### Exercise goal
Please write out exactly the lines of the data below from the line holding "v14 (0.1,-0.1,3)" through the line holding "e56 v39 v40 LINE", and leave out the rest.
Data extracts Block Start
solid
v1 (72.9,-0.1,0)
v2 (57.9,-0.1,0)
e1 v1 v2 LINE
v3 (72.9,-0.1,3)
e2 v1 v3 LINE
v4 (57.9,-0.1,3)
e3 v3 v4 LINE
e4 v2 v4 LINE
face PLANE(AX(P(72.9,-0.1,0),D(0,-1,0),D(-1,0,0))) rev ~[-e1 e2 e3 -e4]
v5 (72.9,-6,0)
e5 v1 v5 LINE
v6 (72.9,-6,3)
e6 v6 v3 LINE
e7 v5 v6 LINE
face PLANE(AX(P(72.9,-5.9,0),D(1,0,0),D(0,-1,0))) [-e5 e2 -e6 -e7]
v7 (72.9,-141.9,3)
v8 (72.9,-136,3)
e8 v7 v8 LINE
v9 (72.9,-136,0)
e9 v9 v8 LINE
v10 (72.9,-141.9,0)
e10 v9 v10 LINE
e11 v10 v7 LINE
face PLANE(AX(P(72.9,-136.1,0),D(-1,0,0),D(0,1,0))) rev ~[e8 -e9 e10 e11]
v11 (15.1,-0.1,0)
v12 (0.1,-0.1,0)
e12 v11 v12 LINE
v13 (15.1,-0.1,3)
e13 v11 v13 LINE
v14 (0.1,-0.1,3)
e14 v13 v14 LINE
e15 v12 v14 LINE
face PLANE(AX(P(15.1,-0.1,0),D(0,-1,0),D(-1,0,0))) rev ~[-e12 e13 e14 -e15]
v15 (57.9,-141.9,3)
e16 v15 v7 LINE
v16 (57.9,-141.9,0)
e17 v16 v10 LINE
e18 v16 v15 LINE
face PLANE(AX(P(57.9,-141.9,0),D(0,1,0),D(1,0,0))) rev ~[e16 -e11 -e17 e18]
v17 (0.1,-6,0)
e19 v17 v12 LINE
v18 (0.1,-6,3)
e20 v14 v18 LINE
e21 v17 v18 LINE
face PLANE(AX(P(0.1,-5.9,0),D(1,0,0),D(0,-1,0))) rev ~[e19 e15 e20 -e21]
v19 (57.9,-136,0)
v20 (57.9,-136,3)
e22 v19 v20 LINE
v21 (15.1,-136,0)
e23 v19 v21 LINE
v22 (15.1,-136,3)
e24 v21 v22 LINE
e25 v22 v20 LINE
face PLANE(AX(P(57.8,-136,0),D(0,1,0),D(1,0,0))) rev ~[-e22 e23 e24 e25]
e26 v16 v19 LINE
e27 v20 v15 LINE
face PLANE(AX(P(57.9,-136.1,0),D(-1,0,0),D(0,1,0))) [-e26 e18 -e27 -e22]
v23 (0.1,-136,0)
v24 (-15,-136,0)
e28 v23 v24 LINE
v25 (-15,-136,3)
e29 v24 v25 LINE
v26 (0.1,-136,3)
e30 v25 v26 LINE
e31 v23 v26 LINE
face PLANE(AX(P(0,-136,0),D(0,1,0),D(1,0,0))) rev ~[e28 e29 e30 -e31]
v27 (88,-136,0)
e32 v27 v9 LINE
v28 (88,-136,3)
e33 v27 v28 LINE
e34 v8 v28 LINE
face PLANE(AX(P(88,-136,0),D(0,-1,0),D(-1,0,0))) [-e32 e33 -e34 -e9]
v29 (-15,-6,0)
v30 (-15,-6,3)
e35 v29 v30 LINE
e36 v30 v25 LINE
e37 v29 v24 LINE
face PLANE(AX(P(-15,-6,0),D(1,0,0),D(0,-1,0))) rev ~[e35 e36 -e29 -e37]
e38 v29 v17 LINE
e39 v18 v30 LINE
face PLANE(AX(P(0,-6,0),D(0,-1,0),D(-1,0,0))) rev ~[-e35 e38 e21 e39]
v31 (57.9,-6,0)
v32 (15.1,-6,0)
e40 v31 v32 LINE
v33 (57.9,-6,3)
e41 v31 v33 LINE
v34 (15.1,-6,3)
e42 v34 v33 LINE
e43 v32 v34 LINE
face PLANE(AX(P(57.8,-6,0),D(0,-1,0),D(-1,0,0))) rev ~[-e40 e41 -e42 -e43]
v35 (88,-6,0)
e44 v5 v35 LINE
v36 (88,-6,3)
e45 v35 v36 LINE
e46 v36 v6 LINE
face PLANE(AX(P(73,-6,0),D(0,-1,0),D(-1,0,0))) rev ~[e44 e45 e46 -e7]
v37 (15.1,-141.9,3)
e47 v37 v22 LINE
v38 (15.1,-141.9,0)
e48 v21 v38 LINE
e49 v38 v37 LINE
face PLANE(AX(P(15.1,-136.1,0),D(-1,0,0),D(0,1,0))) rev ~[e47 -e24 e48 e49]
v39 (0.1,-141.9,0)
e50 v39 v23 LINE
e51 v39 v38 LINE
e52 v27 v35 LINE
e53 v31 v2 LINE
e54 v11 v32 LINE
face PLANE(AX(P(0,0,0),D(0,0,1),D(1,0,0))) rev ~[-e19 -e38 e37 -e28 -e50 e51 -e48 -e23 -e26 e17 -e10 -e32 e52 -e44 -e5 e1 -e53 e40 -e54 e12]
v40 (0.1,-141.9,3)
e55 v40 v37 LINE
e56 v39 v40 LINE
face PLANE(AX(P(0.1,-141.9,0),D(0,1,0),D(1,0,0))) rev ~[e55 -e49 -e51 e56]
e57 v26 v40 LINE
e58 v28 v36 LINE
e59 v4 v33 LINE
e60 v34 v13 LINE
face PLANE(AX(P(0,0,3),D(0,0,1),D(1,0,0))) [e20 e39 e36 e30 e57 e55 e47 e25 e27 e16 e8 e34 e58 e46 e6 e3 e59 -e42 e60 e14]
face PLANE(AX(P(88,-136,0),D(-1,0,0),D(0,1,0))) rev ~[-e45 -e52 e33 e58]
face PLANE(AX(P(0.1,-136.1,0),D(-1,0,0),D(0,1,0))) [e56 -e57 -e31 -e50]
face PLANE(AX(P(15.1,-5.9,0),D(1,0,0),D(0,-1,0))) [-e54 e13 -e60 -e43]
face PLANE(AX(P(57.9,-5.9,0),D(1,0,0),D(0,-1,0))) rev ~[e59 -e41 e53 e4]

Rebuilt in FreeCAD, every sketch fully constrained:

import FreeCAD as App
import Part
import Sketcher

V = App.Vector


def add_polygon(sketch, points):
    """Adds a closed chain of lines whose ends are joined by coincident constraints."""
    first, n = sketch.GeometryCount, len(points)
    for a, b in zip(points, points[1:] + points[:1]):
        sketch.addGeometry(Part.LineSegment(App.Vector(*a, 0), App.Vector(*b, 0)), False)
    for i in range(n):
        sketch.addConstraint(Sketcher.Constraint("Coincident", first + i, 2, first + (i + 1) % n, 1))

doc = App.newDocument("Part")
params = doc.addObject("Spreadsheet::Sheet", "Params")
for row, (alias, value) in enumerate([
    ("sketch1_height", "130 mm"),
    ("sketch1_height2", "5.9 mm"),
    ("sketch1_width", "15 mm"),
    ("sketch1_width2", "15.1 mm"),
    ("pad1_length", "3 mm"),
], start=1):
    params.set(f"A{row}", alias)
    params.set(f"B{row}", "=" + value)
    params.setAlias(f"B{row}", alias)

body = doc.addObject("PartDesign::Body", "Body")

sketch1 = doc.addObject("Sketcher::SketchObject", "Sketch")
body.addObject(sketch1)
sketch1.AttachmentSupport = (doc.XY_Plane, [""])
sketch1.MapMode = "FlatFace"
add_polygon(sketch1, [(15, -6), (15, 0), (0, 0), (0, -6), (-15, -6), (-15, -136), (0, -136), (0, -142), (15, -142), (15, -136), (58, -136), (58, -142), (73, -142), (73, -136), (88, -136), (88, -6), (73, -6), (73, 0), (58, 0), (58, -6)])
sketch1.addConstraint([
    Sketcher.Constraint("Vertical", 0),
    Sketcher.Constraint("Horizontal", 1),
    Sketcher.Constraint("Vertical", 2),
    Sketcher.Constraint("Horizontal", 3),
    Sketcher.Constraint("Vertical", 4),
    Sketcher.Constraint("Horizontal", 5),
    Sketcher.Constraint("Vertical", 6),
    Sketcher.Constraint("Horizontal", 7),
    Sketcher.Constraint("Vertical", 8),
    Sketcher.Constraint("Horizontal", 9),
    Sketcher.Constraint("Vertical", 10),
    Sketcher.Constraint("Horizontal", 11),
    Sketcher.Constraint("Vertical", 12),
    Sketcher.Constraint("Horizontal", 13),
    Sketcher.Constraint("Vertical", 14),
    Sketcher.Constraint("Horizontal", 15),
    Sketcher.Constraint("Vertical", 16),
    Sketcher.Constraint("Horizontal", 17),
    Sketcher.Constraint("Vertical", 18),
    Sketcher.Constraint("Horizontal", 19),
    Sketcher.Constraint("Horizontal", 5, 2, 8, 2),
    Sketcher.Constraint("Horizontal", 7, 2, 10, 2),
    Sketcher.Constraint("Horizontal", 9, 2, 12, 2),
    Sketcher.Constraint("Horizontal", 3, 2, 14, 2),
    Sketcher.Constraint("Horizontal", 1, 2, 16, 2),
    Sketcher.Constraint("Horizontal", 15, 2, 18, 2),
    Sketcher.Constraint("Vertical", 2, 2, 5, 2),
    Sketcher.Constraint("Vertical", 0, 2, 7, 2),
    Sketcher.Constraint("Vertical", 12, 2, 15, 2),
    Sketcher.Constraint("Vertical", 10, 2, 17, 2),
    Sketcher.Constraint("Equal", 7, 11),
    Sketcher.Constraint("Equal", 5, 13),
    Sketcher.Constraint("Equal", 2, 6),
    Sketcher.Constraint("DistanceY", 4, 2, 4, 1, 130.0),
    Sketcher.Constraint("DistanceY", 0, 1, 0, 2, 5.9),
    Sketcher.Constraint("DistanceX", 3, 2, 14, 2, 103.0),
    Sketcher.Constraint("DistanceY", 0, 2, -1, 1, 0.1),
    Sketcher.Constraint("DistanceX", -1, 1, 1, 2, 0.1),
    Sketcher.Constraint("DistanceX", 1, 2, 1, 1, 15.0),
    Sketcher.Constraint("DistanceX", 3, 2, 3, 1, 15.1),
])
sketch1.setExpression("Constraints[53]", "Params.sketch1_height")
sketch1.setExpression("Constraints[54]", "Params.sketch1_height2")
sketch1.setExpression("Constraints[58]", "Params.sketch1_width")
sketch1.setExpression("Constraints[59]", "Params.sketch1_width2")
pad1 = doc.addObject("PartDesign::Pad", "Pad")
body.addObject(pad1)
pad1.Profile = sketch1
pad1.setExpression("Length", "Params.pad1_length")

doc.recompute()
Data extracts Block End
### Solved problem
v14 (0.1,-0.1,3)
e14 v13 v14 LINE
e15 v12 v14 LINE
face PLANE(AX(P(15.1,-0.1,0),D(0,-1,0),D(-1,0,0))) rev ~[-e12 e13 e14 -e15]
v15 (57.9,-141.9,3)
e16 v15 v7 LINE
v16 (57.9,-141.9,0)
e17 v16 v10 LINE
e18 v16 v15 LINE
face PLANE(AX(P(57.9,-141.9,0),D(0,1,0),D(1,0,0))) rev ~[e16 -e11 -e17 e18]
v17 (0.1,-6,0)
e19 v17 v12 LINE
v18 (0.1,-6,3)
e20 v14 v18 LINE
e21 v17 v18 LINE
face PLANE(AX(P(0.1,-5.9,0),D(1,0,0),D(0,-1,0))) rev ~[e19 e15 e20 -e21]
v19 (57.9,-136,0)
v20 (57.9,-136,3)
e22 v19 v20 LINE
v21 (15.1,-136,0)
e23 v19 v21 LINE
v22 (15.1,-136,3)
e24 v21 v22 LINE
e25 v22 v20 LINE
face PLANE(AX(P(57.8,-136,0),D(0,1,0),D(1,0,0))) rev ~[-e22 e23 e24 e25]
e26 v16 v19 LINE
e27 v20 v15 LINE
face PLANE(AX(P(57.9,-136.1,0),D(-1,0,0),D(0,1,0))) [-e26 e18 -e27 -e22]
v23 (0.1,-136,0)
v24 (-15,-136,0)
e28 v23 v24 LINE
v25 (-15,-136,3)
e29 v24 v25 LINE
v26 (0.1,-136,3)
e30 v25 v26 LINE
e31 v23 v26 LINE
face PLANE(AX(P(0,-136,0),D(0,1,0),D(1,0,0))) rev ~[e28 e29 e30 -e31]
v27 (88,-136,0)
e32 v27 v9 LINE
v28 (88,-136,3)
e33 v27 v28 LINE
e34 v8 v28 LINE
face PLANE(AX(P(88,-136,0),D(0,-1,0),D(-1,0,0))) [-e32 e33 -e34 -e9]
v29 (-15,-6,0)
v30 (-15,-6,3)
e35 v29 v30 LINE
e36 v30 v25 LINE
e37 v29 v24 LINE
face PLANE(AX(P(-15,-6,0),D(1,0,0),D(0,-1,0))) rev ~[e35 e36 -e29 -e37]
e38 v29 v17 LINE
e39 v18 v30 LINE
face PLANE(AX(P(0,-6,0),D(0,-1,0),D(-1,0,0))) rev ~[-e35 e38 e21 e39]
v31 (57.9,-6,0)
v32 (15.1,-6,0)
e40 v31 v32 LINE
v33 (57.9,-6,3)
e41 v31 v33 LINE
v34 (15.1,-6,3)
e42 v34 v33 LINE
e43 v32 v34 LINE
face PLANE(AX(P(57.8,-6,0),D(0,-1,0),D(-1,0,0))) rev ~[-e40 e41 -e42 -e43]
v35 (88,-6,0)
e44 v5 v35 LINE
v36 (88,-6,3)
e45 v35 v36 LINE
e46 v36 v6 LINE
face PLANE(AX(P(73,-6,0),D(0,-1,0),D(-1,0,0))) rev ~[e44 e45 e46 -e7]
v37 (15.1,-141.9,3)
e47 v37 v22 LINE
v38 (15.1,-141.9,0)
e48 v21 v38 LINE
e49 v38 v37 LINE
face PLANE(AX(P(15.1,-136.1,0),D(-1,0,0),D(0,1,0))) rev ~[e47 -e24 e48 e49]
v39 (0.1,-141.9,0)
e50 v39 v23 LINE
e51 v39 v38 LINE
e52 v27 v35 LINE
e53 v31 v2 LINE
e54 v11 v32 LINE
face PLANE(AX(P(0,0,0),D(0,0,1),D(1,0,0))) rev ~[-e19 -e38 e37 -e28 -e50 e51 -e48 -e23 -e26 e17 -e10 -e32 e52 -e44 -e5 e1 -e53 e40 -e54 e12]
v40 (0.1,-141.9,3)
e55 v40 v37 LINE
e56 v39 v40 LINE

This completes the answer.